と、この時点では例のターン3のせめぎあいが審議中ということもあって、気になって仕方が無かったわけですが、結果はお咎め無しということで、ホッとしましたね。フェラーリ陣営は裁定にご不満の様子で(まあ、そりゃそうだ)、とりわけルクレールはまたしてもF1初優勝を逃がしてしまったので猶更だったと思います。
ポイント的には圧倒的なメルセデス優位ではあるものの、ドライバーズもコンストラクターズもまだまだ2位争いは苛烈なわけで。
というわけで、レース順位と他ドライバーのおさらい。
こうやって見ると、フェルスタッペンとルクレールの差は僅か2.7秒。改めて凄いバトルやったなと思わずにいられません。
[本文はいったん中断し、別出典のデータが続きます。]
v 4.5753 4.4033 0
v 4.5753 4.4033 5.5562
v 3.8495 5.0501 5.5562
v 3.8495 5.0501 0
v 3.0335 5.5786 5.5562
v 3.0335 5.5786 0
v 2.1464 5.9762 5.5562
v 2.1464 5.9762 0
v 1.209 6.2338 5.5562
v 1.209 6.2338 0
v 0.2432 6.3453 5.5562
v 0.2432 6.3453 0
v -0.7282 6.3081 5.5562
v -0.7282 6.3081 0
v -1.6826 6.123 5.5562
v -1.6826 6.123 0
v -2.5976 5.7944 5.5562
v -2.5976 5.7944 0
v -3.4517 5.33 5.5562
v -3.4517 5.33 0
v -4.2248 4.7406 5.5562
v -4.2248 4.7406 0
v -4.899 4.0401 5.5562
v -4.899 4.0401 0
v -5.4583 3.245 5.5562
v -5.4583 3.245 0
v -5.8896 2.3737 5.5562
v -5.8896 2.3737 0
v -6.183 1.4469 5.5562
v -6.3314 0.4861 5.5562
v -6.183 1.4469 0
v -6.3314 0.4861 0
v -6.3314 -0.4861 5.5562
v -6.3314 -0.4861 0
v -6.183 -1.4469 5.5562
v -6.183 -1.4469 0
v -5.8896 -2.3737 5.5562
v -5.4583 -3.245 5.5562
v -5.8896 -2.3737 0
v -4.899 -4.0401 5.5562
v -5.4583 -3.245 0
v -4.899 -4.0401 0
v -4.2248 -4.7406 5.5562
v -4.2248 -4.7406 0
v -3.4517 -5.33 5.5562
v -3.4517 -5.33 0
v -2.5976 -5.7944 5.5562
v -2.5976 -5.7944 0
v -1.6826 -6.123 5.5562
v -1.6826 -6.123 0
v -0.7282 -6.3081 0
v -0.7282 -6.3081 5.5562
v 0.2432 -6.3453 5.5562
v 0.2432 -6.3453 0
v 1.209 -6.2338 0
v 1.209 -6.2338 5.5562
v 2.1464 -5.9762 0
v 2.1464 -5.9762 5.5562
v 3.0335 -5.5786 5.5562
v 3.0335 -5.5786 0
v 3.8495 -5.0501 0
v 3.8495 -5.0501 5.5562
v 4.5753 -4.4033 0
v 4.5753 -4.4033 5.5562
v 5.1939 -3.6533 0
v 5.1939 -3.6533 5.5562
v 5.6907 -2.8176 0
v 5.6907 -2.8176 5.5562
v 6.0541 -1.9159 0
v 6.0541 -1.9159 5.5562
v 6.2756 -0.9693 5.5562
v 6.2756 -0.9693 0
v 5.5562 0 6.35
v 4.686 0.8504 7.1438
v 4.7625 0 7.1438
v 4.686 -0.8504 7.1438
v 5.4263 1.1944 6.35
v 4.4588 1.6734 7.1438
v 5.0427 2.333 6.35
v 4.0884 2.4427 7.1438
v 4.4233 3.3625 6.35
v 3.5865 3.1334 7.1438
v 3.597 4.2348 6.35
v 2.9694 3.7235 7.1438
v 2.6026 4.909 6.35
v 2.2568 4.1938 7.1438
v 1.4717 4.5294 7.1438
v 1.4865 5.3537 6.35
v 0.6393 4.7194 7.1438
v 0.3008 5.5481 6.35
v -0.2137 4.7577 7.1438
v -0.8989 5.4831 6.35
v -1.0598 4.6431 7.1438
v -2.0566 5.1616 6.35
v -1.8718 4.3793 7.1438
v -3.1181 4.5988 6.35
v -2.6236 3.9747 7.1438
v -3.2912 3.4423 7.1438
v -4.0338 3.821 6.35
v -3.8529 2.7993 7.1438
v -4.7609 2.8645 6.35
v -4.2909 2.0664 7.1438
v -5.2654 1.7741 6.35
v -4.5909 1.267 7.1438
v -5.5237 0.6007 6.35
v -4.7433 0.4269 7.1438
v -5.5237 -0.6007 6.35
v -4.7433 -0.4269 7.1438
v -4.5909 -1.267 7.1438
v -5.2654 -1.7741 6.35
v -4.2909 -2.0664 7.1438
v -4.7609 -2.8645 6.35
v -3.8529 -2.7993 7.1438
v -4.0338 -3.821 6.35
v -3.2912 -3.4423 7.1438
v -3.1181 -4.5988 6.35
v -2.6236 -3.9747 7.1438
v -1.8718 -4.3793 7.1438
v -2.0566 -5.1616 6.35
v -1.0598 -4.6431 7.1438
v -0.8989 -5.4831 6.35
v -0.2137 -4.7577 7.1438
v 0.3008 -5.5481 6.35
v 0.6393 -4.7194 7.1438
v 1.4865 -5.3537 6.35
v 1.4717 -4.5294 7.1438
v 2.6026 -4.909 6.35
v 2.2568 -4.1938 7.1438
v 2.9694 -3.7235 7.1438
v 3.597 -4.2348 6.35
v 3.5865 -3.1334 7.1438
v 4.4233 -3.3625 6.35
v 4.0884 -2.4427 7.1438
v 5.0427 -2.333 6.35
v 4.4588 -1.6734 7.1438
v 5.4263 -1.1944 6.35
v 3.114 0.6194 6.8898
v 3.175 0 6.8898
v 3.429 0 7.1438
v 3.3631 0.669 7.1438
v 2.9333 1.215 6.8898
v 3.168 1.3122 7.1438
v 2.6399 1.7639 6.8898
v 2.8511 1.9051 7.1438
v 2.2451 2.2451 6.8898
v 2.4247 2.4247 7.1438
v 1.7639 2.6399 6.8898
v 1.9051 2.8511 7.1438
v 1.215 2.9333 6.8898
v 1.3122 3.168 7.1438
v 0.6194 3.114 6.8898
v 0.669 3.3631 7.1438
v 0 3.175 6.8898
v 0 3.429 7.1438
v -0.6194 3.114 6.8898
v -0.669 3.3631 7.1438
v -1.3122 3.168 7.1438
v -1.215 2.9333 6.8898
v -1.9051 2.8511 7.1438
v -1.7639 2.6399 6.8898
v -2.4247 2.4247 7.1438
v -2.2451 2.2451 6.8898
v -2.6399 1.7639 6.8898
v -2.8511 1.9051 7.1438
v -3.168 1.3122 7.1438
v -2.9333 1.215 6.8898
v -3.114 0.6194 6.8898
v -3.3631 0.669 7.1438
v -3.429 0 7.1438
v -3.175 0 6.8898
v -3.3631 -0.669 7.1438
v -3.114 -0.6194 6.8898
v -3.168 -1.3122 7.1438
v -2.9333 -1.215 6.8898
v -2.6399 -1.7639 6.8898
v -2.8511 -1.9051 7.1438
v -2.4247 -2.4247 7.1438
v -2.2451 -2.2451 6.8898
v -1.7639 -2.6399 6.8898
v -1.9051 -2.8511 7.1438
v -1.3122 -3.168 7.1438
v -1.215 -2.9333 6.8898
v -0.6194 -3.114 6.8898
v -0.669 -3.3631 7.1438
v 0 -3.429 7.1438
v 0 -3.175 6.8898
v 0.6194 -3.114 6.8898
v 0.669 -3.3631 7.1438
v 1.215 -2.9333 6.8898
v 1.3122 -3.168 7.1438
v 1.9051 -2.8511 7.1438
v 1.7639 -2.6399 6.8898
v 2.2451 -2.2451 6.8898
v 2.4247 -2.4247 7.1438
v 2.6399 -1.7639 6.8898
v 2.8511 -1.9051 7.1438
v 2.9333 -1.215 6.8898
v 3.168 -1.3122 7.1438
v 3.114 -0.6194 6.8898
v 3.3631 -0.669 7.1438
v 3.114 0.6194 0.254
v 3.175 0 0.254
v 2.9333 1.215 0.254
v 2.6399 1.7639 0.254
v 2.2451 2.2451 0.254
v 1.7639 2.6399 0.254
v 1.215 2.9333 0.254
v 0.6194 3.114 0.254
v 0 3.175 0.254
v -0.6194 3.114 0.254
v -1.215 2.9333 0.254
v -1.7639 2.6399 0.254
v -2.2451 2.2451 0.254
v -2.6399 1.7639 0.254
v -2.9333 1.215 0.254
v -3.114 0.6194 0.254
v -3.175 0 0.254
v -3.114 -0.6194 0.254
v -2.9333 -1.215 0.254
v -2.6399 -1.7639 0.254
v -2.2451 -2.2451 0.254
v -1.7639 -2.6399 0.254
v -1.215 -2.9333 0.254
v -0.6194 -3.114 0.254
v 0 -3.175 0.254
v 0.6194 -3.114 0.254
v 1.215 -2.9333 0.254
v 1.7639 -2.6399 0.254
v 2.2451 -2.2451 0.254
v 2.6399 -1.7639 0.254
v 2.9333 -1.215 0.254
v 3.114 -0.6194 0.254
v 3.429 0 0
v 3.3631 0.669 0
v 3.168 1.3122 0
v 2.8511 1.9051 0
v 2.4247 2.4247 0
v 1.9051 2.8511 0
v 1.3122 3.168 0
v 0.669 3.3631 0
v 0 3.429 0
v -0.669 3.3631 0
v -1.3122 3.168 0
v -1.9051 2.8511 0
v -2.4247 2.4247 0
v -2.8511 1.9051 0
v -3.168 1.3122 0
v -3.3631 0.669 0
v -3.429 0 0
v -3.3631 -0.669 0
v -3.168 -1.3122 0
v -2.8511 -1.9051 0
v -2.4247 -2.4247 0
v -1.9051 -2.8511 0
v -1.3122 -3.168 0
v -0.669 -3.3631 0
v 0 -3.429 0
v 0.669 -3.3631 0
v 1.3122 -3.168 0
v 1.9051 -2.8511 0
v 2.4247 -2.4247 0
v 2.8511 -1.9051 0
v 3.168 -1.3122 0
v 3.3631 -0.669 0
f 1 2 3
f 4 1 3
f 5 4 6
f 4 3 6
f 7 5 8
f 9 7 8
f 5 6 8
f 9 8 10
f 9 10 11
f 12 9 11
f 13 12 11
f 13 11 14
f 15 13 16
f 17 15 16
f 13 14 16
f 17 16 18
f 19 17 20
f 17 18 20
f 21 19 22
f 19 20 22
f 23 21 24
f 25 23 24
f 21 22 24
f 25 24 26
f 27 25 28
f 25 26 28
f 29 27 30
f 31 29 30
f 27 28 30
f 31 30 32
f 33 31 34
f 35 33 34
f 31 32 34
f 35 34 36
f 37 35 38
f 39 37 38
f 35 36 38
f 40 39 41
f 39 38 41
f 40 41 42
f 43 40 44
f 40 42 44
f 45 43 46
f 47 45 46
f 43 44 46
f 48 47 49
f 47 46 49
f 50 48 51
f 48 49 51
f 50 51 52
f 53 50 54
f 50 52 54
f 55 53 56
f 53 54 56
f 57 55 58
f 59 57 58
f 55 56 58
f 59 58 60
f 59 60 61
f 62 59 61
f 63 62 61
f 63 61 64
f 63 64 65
ヴェッテルはマシントラブルからの予選9番グリッド9から、手堅くメルセデスの間に割って入りましたね。ここまでが僅か5台が同周回での争い。ノリス、サインツも堅実に上位へ。サインツはいっとき、13グリッドアップしてましたから! マクラーレン、本当に復活してきましたよね。
一方のマクラーレンに挟まれたガスリー。相方にも周回遅れにされてしまう形になって、厳しい視線にさらされてます。一発の早さとタイヤに優しいテクを持っている彼なので、あとはフェルスタッペンのような闘争心とチャレンジ精神発揮できると違う気がするんだけどなあ。
初ポイントゲットのジョビナッツィはおめでとう! ライコネンと二人でチームにも貢献。ジョビナッツィは予選からの雰囲気見てると、調子に乗らなきゃまだまだいけそうです。
さて気になる中団以降ですが、ハースが低迷してますね。フェラーリエンジン積んでるのだけど、どうして。マシンのコンポーネントに問題あるのかなあ。
そしてPUアップデートしたはずのルノーもマクラーレンに上を行かれています。トロロッソのほうもちょっと沈降気味。アルボンとかエンジン5基目なんですけどね・・・・。ハースもしかり、エンジンが良くても・・・ということなのか。
次戦は名門シルバーストーン。緯度もあがってそれほど気温も高くないでしょうし、フラットな高速サーキット。今回のような奇跡が起きるかどうかは定かでないですが、ルクレールあたりがハミルトンの母国で優勝かっさらってくれると面白いんだけどなあ!